┏━━

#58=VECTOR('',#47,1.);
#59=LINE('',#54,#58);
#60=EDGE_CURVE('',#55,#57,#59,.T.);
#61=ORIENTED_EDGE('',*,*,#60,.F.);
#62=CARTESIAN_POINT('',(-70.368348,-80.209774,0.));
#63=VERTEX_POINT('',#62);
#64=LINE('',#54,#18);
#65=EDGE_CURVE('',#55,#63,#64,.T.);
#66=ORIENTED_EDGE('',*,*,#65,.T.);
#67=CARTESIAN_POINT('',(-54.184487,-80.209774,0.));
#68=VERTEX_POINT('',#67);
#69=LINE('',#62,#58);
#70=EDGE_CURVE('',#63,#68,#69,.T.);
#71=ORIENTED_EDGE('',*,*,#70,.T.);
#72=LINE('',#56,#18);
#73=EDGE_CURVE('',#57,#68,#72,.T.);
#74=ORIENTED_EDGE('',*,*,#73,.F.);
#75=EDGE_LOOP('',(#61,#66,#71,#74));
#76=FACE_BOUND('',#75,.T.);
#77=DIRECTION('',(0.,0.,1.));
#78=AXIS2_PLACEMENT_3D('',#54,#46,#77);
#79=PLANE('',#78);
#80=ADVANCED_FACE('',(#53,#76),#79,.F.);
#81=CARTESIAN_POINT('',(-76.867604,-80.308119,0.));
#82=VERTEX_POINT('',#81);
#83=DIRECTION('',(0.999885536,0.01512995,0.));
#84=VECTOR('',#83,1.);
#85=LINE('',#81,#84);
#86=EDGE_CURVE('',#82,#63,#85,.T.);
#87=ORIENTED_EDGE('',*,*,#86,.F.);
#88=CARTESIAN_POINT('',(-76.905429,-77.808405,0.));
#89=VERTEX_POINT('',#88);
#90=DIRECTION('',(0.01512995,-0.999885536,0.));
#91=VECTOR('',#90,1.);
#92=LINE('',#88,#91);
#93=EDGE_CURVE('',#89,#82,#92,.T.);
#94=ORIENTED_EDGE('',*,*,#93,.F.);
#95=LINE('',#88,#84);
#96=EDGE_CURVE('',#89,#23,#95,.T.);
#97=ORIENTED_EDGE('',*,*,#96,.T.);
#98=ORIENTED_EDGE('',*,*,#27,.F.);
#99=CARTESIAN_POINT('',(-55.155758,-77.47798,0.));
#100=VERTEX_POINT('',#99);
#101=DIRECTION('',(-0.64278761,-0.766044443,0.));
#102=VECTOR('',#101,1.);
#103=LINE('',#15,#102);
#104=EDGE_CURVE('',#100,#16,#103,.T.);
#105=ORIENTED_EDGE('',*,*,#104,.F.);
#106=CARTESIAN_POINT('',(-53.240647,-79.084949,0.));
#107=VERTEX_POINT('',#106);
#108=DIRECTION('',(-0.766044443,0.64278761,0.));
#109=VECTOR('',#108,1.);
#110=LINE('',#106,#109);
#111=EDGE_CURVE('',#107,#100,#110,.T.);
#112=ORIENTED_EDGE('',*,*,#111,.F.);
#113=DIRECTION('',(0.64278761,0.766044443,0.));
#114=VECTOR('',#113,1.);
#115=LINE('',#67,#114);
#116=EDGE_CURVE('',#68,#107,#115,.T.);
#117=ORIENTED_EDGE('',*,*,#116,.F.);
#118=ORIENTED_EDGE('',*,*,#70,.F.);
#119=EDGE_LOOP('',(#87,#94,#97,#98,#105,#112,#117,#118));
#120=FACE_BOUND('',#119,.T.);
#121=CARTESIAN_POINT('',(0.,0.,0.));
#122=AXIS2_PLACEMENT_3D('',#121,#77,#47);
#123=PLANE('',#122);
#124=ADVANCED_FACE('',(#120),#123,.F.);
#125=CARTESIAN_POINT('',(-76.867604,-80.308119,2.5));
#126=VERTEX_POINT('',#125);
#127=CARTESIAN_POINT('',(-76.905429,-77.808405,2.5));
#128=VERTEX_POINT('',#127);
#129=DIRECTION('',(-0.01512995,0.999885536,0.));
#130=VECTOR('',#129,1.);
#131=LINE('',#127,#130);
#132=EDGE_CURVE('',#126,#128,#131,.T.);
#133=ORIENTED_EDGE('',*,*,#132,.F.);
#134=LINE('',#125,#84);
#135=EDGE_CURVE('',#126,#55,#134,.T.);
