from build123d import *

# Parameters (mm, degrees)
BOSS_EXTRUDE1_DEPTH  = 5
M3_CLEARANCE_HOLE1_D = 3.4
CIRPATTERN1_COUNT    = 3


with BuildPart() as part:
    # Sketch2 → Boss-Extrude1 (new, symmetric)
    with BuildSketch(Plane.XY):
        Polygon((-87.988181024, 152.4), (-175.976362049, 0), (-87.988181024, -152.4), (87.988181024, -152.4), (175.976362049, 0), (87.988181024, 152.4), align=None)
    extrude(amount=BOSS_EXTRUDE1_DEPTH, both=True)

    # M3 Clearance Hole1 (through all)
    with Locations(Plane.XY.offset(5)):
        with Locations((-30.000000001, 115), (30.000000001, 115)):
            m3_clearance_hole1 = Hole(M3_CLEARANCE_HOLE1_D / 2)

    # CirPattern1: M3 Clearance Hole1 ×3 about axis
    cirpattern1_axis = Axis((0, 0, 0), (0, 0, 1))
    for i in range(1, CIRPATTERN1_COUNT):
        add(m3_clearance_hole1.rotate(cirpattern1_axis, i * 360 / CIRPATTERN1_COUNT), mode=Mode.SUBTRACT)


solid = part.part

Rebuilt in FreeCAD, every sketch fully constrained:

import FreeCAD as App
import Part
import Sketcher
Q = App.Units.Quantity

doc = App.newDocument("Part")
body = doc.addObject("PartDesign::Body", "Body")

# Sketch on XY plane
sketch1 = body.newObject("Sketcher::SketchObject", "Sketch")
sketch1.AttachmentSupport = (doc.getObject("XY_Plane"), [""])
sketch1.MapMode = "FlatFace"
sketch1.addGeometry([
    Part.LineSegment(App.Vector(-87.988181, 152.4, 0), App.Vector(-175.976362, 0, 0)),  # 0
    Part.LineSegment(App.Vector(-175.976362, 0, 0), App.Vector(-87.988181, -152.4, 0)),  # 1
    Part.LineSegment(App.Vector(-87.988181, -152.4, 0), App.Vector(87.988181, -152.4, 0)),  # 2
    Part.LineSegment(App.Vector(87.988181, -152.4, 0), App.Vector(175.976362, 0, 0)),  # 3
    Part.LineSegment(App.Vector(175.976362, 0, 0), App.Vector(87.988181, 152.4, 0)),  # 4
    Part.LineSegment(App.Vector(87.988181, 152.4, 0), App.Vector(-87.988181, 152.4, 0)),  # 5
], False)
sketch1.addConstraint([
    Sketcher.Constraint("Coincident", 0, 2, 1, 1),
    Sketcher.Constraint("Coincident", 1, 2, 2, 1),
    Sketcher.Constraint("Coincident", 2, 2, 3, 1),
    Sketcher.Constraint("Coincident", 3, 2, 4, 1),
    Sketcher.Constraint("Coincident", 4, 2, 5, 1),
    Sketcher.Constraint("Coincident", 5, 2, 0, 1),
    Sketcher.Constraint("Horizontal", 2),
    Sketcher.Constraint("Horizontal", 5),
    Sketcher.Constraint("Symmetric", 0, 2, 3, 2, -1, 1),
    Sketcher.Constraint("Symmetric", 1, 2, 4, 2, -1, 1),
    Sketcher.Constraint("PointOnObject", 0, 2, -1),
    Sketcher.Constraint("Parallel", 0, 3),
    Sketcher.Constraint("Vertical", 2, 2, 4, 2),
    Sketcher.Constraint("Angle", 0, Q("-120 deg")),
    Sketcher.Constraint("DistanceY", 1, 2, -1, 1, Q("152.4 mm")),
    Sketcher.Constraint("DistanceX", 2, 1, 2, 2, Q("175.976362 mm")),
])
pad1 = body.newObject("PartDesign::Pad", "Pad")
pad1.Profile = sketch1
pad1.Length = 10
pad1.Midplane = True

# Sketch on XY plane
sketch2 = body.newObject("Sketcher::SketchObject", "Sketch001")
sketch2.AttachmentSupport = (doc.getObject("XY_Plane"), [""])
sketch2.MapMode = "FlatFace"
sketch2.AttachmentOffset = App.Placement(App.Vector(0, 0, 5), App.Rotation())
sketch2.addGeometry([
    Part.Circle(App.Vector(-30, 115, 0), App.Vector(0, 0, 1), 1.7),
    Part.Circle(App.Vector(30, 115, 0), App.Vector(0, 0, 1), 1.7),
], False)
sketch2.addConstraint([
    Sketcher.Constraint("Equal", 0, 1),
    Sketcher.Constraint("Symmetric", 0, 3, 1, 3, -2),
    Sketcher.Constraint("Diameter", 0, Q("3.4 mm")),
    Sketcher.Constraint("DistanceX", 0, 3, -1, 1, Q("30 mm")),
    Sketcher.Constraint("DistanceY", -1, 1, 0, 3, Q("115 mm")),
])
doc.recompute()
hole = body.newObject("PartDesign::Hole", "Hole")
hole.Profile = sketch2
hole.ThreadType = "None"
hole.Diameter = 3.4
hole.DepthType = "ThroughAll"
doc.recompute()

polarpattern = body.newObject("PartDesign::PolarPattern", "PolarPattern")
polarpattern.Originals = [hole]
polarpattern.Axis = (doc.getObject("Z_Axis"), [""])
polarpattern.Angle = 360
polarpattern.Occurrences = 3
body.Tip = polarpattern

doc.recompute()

┗━━

▶ ASSIGNMENT: Write down again, exactly as given, only the lines above that fall from the line with "with BuildPart() as" to the line with "(87.988181024, 152.4), align=None)", inclusive.

▶ EXERCISE RESPONSE:
with BuildPart() as part:
    # Sketch2 → Boss-Extrude1 (new, symmetric)
    with BuildSketch(Plane.XY):
        Polygon((-87.988181024, 152.4), (-175.976362049, 0), (-87.988181024, -152.4), (87.988181024, -152.4), (175.976362049, 0), (87.988181024, 152.4), align=None)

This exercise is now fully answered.